Member of the Hawaii House of Representatives from the 36th district
- In office November 2012 – November 6, 2018
- Preceded by: Redistricted
- Succeeded by: Val Okimoto

Chair of the Hawaii Republican Party
- Acting
- In office September 26, 2011 – November 8, 2011
- Preceded by: Jonah Kaauwai
- Succeeded by: David S. Chang

Personal details
- Born: March 30, 1983 (age 43) Honolulu, Hawaii, U.S.
- Party: Democratic (2017–present)
- Other political affiliations: Republican (Before 2017) Independent (2017)
- Spouse: David S. Chang (2012–2017)
- Education: University of Hawaii, Manoa (BA) Georgetown University (MA)
- Website: Campaign website

= Beth Fukumoto =

American politician

Beth Keiko Fukumoto (formerly Fukumoto Chang, born March 30, 1983) is an American politician who served in the Hawaii House of Representatives from 2012 to 2018, representing District 36.

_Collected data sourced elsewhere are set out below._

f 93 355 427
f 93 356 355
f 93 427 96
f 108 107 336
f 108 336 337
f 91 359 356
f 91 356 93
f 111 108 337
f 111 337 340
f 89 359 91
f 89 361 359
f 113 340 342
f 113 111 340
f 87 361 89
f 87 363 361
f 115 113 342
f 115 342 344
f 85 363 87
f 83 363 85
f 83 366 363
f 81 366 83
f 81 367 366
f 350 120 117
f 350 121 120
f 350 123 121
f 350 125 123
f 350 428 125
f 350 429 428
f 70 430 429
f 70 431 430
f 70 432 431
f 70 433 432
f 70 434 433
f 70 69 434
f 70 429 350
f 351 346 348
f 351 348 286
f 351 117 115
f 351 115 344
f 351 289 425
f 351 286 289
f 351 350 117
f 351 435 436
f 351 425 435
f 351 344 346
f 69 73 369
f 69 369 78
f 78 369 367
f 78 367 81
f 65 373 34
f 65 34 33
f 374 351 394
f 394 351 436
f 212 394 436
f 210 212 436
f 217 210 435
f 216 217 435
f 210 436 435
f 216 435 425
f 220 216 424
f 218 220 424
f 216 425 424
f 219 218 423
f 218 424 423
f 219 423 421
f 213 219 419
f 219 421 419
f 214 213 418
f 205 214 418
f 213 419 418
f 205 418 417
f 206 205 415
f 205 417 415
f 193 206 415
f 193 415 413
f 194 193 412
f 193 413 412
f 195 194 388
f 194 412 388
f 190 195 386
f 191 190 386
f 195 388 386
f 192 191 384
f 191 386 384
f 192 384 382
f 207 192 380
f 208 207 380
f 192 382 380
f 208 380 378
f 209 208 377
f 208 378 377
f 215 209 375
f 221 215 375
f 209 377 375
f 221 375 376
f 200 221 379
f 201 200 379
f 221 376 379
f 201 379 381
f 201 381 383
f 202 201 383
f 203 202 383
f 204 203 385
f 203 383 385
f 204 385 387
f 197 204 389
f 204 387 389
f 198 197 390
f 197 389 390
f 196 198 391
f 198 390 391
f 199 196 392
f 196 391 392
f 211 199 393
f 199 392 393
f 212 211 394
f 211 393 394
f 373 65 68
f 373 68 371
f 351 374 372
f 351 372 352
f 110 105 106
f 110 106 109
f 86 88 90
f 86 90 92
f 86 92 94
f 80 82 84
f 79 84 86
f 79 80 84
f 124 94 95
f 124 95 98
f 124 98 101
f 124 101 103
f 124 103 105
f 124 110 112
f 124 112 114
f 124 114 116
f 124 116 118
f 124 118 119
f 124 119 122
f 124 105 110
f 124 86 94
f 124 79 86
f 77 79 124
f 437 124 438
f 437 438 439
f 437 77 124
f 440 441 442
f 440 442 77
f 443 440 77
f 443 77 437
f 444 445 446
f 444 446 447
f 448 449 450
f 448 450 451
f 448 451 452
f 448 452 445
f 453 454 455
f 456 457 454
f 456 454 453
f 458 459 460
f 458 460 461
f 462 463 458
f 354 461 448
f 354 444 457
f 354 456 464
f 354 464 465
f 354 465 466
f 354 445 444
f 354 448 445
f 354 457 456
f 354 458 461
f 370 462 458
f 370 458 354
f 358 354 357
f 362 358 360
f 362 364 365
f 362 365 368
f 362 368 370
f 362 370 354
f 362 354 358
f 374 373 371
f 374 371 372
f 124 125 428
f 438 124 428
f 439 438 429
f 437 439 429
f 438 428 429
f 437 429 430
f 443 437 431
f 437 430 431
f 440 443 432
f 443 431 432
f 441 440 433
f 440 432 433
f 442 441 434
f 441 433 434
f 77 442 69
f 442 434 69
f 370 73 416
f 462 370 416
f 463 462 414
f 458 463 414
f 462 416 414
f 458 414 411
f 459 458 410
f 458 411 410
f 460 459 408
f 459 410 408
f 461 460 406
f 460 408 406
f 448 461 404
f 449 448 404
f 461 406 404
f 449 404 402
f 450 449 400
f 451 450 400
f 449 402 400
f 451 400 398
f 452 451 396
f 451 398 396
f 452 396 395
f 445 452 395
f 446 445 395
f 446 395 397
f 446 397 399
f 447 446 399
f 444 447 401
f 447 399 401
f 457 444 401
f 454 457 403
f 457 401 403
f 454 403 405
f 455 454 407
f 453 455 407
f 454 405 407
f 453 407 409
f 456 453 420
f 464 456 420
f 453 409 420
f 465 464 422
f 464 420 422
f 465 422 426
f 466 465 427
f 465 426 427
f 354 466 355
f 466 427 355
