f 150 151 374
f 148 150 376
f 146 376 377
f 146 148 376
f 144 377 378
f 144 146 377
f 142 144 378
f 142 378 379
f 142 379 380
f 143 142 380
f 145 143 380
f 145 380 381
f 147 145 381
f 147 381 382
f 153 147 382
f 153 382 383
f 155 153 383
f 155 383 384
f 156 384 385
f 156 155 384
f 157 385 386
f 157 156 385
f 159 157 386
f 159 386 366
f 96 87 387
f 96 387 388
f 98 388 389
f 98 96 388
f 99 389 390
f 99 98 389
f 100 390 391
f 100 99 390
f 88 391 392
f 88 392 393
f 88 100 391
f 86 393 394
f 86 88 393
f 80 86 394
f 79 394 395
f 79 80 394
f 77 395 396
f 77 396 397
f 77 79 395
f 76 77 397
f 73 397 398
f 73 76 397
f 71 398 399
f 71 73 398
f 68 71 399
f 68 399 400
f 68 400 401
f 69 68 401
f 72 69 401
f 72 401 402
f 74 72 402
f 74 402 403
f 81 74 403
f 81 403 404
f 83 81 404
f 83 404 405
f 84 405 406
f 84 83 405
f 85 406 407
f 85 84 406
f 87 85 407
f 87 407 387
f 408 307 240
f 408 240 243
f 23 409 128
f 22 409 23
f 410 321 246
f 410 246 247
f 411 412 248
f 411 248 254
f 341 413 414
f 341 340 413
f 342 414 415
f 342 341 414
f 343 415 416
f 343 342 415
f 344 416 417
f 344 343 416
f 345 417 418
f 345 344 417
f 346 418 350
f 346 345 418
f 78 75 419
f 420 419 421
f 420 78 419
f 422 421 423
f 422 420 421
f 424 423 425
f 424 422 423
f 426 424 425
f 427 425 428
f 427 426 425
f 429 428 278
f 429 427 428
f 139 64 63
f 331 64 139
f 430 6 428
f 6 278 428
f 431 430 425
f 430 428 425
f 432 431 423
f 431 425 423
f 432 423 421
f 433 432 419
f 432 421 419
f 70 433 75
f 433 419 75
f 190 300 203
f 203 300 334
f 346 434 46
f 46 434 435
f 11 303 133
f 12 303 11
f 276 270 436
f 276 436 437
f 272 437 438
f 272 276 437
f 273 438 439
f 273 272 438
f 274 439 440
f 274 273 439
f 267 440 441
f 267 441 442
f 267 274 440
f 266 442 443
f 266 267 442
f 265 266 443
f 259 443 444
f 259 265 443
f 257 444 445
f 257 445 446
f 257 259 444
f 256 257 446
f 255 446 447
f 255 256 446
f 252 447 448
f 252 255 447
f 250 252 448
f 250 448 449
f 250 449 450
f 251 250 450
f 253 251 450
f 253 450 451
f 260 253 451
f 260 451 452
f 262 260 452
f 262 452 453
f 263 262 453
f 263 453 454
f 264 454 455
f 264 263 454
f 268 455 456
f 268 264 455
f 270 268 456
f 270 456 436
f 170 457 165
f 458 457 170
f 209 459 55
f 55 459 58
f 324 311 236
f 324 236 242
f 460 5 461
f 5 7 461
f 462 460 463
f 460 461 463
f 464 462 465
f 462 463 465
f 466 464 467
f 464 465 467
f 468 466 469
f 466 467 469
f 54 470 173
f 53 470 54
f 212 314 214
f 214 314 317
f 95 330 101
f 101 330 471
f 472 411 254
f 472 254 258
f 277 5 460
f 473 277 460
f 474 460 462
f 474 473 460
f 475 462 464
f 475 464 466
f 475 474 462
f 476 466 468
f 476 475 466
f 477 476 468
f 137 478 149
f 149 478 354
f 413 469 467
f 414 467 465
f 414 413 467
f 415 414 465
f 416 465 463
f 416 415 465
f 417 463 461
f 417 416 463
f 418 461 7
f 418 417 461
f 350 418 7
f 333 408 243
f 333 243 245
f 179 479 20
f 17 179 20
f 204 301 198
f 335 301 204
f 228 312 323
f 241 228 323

Fukumoto was first elected to the state House of Representatives in 2012 and was the youngest person to serve as the House Minority Leader.

In March 2017, she announced plans to change her party identification from Republican to Democrat citing concerns about racism and sexism. Fukumoto remained an independent until approval of her request to join the Democratic Party on June 19, 2017.

In 2018, Fukumoto ran in the Democratic primary for Hawaii's 1st congressional district in the 2018 elections to replace Colleen Hanabusa, who ran for Governor. The election was won by former Congressman Ed Case.

==Education==
Fukumoto graduated with honors from the University of Hawaii at Manoa with a B.A. in American Studies with a minor in Sociology. She later received a M.A. in English from Georgetown University.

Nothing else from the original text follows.